- What the task requires:
Copy verbatim the block of lines in the entries below whose first line contains "#118=ADVANCED_FACE('',(#90,#114),#117,.T.);" and whose last line contains "#133=ORIENTED_EDGE('',*,*,#132,.T.);". Leave out all other lines.

- Entries supplied:
++++++

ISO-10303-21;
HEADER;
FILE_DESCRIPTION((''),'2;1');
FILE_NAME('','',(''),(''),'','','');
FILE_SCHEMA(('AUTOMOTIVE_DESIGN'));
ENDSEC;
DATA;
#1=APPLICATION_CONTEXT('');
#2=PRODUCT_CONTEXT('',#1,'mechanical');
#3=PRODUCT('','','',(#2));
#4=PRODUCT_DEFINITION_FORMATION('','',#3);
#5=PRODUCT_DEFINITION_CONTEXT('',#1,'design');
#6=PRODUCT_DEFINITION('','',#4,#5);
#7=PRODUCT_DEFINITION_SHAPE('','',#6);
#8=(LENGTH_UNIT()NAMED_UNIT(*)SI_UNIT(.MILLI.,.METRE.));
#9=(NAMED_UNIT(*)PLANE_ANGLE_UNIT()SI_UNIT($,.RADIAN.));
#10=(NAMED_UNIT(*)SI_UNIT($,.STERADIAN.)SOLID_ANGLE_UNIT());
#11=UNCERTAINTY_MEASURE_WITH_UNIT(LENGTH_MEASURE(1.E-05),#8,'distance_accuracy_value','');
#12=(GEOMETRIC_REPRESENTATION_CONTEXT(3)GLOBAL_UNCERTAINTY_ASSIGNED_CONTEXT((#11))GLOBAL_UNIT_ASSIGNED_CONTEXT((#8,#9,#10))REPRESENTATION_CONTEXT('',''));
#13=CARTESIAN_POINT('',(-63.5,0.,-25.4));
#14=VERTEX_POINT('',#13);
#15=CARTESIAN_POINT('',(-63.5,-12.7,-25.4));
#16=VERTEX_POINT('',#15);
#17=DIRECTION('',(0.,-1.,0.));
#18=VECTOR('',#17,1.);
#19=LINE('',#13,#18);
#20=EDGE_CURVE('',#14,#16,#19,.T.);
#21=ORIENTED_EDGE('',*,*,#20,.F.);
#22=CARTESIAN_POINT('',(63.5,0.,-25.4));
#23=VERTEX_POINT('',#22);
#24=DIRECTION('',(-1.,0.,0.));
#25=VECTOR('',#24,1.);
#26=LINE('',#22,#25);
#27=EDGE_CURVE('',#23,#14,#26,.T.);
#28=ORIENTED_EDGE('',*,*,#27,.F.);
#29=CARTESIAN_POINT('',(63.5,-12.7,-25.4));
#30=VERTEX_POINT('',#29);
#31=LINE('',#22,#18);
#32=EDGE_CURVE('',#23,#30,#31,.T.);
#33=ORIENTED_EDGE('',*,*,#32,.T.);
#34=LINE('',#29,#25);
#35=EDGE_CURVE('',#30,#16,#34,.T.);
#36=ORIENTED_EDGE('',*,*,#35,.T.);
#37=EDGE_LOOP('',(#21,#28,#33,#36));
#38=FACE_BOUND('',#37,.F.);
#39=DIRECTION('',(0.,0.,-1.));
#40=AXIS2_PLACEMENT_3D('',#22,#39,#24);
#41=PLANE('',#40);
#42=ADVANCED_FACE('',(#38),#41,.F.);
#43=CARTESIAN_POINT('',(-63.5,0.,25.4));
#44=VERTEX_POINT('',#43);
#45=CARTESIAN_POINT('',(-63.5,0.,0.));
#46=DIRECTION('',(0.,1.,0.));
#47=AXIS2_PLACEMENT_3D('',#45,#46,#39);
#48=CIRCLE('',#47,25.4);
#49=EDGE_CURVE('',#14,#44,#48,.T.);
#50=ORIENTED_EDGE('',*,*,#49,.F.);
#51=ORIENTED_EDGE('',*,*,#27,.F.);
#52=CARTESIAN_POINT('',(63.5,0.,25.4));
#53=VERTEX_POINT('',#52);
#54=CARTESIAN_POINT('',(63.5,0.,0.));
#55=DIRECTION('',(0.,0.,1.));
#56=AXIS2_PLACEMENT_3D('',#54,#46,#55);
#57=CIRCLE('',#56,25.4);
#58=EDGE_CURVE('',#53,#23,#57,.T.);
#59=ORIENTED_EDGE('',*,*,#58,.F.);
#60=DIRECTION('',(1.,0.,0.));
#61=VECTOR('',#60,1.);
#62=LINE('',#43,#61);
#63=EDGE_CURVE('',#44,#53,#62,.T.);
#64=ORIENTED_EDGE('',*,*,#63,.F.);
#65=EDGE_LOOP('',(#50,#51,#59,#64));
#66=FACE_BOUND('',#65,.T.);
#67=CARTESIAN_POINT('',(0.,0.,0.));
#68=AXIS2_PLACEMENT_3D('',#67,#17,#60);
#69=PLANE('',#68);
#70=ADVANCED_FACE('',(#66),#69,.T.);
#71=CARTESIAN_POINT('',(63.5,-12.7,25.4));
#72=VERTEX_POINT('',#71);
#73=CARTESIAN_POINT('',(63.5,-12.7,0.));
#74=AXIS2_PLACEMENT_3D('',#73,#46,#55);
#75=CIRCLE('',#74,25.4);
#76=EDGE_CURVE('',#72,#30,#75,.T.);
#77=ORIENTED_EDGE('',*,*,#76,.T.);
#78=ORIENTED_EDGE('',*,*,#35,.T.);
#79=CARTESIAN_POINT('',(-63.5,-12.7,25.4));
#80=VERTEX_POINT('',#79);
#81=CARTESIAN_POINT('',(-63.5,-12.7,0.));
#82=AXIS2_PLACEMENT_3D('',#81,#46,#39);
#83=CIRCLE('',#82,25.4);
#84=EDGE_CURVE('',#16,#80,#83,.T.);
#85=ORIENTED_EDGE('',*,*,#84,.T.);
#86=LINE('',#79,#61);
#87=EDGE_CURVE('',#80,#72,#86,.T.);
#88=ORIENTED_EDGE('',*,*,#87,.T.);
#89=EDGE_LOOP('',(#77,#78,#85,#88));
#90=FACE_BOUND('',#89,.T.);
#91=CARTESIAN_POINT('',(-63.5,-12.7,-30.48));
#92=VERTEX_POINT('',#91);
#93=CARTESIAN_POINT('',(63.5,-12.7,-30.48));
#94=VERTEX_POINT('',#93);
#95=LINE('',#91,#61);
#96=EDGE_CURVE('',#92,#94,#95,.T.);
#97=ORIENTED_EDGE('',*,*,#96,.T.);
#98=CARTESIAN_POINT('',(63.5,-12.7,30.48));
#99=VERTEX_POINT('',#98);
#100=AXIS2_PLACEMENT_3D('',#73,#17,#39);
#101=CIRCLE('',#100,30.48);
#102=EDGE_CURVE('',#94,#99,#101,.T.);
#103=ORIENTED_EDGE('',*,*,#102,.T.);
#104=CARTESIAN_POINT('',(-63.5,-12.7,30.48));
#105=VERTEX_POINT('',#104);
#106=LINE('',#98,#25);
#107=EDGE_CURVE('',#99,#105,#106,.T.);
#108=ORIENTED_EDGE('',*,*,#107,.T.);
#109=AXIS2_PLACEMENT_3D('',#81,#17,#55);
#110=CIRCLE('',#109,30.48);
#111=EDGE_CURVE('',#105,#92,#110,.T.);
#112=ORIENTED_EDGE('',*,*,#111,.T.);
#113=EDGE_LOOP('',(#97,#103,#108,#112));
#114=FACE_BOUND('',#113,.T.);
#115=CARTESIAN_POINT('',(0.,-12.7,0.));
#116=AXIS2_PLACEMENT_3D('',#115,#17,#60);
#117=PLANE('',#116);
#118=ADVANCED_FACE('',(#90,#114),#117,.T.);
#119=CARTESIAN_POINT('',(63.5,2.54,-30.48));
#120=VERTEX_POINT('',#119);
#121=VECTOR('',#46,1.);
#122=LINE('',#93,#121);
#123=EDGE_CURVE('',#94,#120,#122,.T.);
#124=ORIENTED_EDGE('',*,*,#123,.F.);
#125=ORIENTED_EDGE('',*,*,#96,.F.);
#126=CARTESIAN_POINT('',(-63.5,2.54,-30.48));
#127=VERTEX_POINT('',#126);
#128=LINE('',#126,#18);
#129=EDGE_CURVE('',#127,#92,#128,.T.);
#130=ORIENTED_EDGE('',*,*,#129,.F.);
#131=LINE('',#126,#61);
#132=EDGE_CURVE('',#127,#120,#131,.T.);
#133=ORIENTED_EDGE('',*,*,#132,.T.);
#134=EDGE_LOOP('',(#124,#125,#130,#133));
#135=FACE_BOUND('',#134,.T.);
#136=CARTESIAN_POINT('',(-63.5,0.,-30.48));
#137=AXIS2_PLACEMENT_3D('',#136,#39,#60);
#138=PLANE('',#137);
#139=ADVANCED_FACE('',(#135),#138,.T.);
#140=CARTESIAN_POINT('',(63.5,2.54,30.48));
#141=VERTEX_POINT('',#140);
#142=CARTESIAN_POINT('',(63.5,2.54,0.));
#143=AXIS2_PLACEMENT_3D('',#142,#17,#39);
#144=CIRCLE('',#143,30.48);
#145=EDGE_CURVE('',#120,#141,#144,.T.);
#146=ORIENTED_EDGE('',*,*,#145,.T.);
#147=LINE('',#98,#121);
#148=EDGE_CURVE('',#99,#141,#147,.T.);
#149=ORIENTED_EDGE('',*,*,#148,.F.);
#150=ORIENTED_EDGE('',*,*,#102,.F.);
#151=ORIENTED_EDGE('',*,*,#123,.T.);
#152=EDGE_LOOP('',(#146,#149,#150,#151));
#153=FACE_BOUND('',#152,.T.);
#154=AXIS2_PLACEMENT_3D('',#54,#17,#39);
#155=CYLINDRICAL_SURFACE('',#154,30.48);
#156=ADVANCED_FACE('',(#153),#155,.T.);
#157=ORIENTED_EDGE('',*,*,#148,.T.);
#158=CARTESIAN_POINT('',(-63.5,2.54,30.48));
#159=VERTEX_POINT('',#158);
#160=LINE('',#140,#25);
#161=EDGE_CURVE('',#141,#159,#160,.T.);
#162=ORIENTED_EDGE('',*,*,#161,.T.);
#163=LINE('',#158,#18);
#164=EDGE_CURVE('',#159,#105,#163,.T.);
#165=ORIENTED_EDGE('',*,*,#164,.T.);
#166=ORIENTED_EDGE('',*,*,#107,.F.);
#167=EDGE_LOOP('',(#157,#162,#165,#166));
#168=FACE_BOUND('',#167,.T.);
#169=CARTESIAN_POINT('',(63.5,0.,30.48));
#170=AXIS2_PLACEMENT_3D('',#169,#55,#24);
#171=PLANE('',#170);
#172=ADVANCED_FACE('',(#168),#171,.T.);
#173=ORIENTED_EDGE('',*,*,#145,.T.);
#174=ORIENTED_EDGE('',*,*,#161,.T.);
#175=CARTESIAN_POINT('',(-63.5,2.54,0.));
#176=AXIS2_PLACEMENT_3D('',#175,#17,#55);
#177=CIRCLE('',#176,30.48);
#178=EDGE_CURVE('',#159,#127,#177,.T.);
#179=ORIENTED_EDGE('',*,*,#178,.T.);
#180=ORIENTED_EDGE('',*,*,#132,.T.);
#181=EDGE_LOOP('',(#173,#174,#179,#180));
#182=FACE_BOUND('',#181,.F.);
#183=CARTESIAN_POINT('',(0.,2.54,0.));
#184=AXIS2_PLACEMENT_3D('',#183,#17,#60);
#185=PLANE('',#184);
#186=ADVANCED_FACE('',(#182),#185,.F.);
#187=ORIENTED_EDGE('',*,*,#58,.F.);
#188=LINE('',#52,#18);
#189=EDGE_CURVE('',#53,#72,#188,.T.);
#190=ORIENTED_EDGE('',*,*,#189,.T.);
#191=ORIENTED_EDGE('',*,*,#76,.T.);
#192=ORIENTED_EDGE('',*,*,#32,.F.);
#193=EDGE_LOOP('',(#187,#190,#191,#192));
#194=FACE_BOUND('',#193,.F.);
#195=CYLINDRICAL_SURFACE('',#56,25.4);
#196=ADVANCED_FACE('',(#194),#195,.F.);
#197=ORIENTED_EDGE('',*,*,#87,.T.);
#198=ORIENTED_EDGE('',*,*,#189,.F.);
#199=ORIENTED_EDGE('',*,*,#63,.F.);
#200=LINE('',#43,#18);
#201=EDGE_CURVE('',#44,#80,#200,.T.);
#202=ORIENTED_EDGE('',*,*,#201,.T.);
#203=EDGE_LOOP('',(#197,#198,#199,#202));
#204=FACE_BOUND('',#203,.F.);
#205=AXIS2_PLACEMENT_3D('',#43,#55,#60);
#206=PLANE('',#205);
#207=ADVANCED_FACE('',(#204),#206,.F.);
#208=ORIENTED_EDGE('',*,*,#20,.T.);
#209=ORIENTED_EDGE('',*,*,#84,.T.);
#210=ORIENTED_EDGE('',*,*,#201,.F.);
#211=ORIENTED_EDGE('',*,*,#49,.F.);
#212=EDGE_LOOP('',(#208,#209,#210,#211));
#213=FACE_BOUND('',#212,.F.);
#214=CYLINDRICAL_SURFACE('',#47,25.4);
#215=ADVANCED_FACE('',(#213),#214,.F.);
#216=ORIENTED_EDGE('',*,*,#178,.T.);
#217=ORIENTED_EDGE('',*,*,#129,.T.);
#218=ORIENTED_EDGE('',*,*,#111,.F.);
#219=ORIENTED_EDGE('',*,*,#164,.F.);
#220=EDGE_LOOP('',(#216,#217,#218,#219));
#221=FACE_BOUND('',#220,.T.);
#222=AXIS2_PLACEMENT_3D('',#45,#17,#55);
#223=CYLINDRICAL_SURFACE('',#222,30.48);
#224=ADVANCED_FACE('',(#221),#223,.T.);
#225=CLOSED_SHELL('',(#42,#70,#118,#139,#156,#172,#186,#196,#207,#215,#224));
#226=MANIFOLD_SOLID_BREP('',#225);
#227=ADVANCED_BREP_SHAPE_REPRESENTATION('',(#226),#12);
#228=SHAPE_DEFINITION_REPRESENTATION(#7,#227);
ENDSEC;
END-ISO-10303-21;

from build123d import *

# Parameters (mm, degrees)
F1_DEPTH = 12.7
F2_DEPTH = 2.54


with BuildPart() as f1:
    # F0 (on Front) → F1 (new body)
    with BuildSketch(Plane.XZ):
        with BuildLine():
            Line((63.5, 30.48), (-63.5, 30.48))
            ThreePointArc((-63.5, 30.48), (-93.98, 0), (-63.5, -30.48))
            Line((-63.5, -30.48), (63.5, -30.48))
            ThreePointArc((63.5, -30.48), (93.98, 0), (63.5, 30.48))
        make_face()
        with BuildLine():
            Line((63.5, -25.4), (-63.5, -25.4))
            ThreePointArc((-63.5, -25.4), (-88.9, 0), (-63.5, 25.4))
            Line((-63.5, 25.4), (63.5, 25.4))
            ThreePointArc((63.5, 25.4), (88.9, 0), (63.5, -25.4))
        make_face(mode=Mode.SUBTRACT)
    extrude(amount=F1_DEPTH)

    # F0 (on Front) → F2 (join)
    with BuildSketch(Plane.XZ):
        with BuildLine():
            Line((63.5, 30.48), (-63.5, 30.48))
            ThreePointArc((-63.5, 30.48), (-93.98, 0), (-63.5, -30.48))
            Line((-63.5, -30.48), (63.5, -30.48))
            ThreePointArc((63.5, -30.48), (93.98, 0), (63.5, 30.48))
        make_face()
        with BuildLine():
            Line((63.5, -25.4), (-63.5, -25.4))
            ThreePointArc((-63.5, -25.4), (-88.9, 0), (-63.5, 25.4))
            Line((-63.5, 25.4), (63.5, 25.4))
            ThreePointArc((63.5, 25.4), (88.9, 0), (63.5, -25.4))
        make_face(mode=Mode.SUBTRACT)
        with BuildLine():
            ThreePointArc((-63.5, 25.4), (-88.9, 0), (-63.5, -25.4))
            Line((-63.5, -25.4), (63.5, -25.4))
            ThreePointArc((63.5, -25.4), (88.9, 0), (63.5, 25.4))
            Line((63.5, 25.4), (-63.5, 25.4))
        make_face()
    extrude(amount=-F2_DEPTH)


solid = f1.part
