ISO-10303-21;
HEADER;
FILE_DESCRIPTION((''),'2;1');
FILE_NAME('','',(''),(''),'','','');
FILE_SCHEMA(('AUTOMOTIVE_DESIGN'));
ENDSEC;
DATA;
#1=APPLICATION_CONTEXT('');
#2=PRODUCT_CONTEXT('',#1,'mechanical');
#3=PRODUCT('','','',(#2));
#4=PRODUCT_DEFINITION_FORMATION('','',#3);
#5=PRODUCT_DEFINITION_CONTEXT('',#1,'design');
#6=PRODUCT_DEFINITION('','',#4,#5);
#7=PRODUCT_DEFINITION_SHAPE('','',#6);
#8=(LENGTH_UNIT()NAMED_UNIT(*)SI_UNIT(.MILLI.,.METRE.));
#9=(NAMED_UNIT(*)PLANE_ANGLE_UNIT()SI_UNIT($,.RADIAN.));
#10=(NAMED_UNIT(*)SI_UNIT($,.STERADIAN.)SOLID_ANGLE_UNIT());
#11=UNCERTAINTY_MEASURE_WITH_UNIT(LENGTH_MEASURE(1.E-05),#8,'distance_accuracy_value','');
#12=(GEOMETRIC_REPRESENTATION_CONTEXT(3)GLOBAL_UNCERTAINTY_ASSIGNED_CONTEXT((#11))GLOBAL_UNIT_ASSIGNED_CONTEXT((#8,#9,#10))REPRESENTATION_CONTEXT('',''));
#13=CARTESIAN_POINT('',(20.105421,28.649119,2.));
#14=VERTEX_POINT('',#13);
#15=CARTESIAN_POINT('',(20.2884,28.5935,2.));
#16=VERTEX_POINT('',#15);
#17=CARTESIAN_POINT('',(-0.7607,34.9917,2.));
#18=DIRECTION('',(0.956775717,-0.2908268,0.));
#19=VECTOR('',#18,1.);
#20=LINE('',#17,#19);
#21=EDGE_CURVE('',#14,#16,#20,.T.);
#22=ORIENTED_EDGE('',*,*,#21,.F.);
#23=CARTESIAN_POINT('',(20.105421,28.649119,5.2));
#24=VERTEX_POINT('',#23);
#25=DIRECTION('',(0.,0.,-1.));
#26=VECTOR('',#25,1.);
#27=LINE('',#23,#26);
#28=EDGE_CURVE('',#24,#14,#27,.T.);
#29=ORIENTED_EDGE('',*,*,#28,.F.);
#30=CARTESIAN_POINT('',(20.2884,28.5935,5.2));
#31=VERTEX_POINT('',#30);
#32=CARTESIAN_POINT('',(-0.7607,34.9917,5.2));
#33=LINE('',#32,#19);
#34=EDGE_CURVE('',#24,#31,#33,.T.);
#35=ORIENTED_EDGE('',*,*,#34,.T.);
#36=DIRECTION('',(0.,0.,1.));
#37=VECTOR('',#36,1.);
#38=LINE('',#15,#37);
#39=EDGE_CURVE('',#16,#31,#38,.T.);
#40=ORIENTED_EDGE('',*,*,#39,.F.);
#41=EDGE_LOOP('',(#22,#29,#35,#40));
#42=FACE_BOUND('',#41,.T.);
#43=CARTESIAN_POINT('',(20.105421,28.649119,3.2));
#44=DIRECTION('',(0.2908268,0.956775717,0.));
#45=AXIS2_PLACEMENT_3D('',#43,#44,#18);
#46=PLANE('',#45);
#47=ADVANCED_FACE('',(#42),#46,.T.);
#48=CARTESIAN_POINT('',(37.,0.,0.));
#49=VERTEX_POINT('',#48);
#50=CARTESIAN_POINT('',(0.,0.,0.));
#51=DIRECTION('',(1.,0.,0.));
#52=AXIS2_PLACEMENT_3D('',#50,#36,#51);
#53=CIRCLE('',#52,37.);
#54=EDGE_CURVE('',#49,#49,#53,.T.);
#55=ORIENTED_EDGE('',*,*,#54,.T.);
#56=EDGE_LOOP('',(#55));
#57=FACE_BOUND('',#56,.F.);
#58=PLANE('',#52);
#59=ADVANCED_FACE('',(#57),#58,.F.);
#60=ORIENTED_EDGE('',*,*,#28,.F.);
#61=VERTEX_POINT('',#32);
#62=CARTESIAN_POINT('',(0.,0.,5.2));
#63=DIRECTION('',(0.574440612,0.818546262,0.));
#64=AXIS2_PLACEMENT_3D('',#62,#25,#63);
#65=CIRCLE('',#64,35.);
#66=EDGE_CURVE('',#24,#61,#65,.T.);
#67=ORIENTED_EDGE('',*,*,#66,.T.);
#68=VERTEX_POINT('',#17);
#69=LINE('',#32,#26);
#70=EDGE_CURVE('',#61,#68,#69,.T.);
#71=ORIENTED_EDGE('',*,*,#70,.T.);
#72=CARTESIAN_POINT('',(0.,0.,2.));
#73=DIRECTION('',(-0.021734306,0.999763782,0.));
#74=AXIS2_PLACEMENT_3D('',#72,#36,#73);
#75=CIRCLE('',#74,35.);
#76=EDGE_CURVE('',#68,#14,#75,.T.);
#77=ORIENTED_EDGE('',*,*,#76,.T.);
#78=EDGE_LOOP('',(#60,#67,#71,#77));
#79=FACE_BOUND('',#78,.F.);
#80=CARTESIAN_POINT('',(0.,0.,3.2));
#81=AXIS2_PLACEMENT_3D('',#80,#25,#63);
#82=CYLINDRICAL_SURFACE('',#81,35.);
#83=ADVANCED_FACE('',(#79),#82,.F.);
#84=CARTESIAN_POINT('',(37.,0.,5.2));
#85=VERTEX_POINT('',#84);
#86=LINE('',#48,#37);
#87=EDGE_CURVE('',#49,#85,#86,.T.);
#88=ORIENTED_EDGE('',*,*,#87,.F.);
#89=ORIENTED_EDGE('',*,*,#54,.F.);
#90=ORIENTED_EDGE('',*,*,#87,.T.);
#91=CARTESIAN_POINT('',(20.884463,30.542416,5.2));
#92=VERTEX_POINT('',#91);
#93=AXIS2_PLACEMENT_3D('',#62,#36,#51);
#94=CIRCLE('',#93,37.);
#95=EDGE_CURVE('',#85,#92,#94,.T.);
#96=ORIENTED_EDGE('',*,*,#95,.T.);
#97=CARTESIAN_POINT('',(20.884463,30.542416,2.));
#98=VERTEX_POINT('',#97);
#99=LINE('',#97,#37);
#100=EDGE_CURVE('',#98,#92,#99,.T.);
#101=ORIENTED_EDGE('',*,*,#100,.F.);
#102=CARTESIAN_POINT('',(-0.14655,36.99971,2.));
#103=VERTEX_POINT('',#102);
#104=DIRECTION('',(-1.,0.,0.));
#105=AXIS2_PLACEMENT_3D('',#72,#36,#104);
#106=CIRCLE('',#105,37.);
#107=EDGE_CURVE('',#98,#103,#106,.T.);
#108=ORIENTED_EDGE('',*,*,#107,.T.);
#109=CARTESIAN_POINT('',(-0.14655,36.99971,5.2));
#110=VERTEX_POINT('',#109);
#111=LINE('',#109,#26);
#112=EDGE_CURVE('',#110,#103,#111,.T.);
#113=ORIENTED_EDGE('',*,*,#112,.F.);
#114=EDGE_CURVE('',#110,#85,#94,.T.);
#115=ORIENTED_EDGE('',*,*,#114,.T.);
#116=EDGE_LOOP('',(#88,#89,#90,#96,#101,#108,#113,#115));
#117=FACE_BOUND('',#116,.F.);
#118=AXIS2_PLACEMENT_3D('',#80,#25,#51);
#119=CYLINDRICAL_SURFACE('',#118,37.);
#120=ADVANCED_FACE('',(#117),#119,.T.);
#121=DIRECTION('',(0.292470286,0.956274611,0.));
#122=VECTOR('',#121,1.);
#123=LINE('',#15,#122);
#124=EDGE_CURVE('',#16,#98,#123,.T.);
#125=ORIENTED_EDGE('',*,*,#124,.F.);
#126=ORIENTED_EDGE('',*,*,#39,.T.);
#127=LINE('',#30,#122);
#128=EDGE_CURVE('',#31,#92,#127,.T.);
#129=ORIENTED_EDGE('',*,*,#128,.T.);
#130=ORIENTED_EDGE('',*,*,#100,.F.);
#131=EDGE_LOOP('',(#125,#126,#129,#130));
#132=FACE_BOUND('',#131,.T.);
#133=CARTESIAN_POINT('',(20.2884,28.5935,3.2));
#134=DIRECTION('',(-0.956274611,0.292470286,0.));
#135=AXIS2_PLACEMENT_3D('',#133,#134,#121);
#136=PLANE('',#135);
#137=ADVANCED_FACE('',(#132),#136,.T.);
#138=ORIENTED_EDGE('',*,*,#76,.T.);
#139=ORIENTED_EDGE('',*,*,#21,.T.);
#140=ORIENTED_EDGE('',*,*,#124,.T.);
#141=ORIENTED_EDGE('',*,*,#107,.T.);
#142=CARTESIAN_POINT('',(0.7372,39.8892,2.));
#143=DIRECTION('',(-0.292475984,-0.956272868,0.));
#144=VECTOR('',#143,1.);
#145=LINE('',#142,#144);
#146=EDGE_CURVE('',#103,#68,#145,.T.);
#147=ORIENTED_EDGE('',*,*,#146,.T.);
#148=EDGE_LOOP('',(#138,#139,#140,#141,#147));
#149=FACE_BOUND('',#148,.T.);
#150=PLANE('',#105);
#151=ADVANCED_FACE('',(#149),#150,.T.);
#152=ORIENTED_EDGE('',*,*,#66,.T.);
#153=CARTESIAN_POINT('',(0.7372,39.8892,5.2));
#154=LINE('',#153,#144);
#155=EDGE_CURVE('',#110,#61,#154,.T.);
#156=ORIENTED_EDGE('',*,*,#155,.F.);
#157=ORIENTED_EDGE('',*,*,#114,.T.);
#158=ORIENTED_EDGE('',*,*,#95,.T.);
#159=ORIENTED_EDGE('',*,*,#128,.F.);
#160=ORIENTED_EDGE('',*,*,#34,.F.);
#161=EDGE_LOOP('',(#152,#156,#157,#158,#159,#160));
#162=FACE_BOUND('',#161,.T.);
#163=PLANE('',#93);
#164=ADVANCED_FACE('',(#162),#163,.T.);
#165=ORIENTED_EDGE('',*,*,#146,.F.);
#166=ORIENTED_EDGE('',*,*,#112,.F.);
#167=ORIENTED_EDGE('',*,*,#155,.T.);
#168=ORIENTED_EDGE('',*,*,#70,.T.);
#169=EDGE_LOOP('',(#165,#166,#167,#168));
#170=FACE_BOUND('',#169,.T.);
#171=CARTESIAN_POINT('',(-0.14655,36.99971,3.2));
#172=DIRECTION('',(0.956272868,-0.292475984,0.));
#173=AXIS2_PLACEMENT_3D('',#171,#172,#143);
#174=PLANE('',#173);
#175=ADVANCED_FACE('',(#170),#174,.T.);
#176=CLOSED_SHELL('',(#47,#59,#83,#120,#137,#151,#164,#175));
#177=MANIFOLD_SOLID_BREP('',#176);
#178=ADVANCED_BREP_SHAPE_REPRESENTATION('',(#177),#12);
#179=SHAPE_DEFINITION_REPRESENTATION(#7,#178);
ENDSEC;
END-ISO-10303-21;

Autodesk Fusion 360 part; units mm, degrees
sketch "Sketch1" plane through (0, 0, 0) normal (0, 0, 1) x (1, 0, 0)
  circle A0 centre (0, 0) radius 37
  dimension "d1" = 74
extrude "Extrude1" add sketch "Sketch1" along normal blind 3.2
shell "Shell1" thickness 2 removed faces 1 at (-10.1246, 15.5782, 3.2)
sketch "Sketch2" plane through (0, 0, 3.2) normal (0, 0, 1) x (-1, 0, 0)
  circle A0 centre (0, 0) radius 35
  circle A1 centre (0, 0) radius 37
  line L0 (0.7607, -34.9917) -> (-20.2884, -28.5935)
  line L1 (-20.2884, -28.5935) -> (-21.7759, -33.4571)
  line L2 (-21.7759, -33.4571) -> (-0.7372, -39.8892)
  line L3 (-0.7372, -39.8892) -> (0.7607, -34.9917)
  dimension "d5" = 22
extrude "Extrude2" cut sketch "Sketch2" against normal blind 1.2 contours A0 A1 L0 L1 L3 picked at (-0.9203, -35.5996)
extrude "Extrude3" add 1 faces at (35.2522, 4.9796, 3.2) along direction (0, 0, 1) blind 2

++++++

- Your response:
#118=ADVANCED_FACE('',(#90,#114),#117,.T.);
#119=CARTESIAN_POINT('',(63.5,2.54,-30.48));
#120=VERTEX_POINT('',#119);
#121=VECTOR('',#46,1.);
#122=LINE('',#93,#121);
#123=EDGE_CURVE('',#94,#120,#122,.T.);
#124=ORIENTED_EDGE('',*,*,#123,.F.);
#125=ORIENTED_EDGE('',*,*,#96,.F.);
#126=CARTESIAN_POINT('',(-63.5,2.54,-30.48));
#127=VERTEX_POINT('',#126);
#128=LINE('',#126,#18);
#129=EDGE_CURVE('',#127,#92,#128,.T.);
#130=ORIENTED_EDGE('',*,*,#129,.F.);
#131=LINE('',#126,#61);
#132=EDGE_CURVE('',#127,#120,#131,.T.);
#133=ORIENTED_EDGE('',*,*,#132,.T.);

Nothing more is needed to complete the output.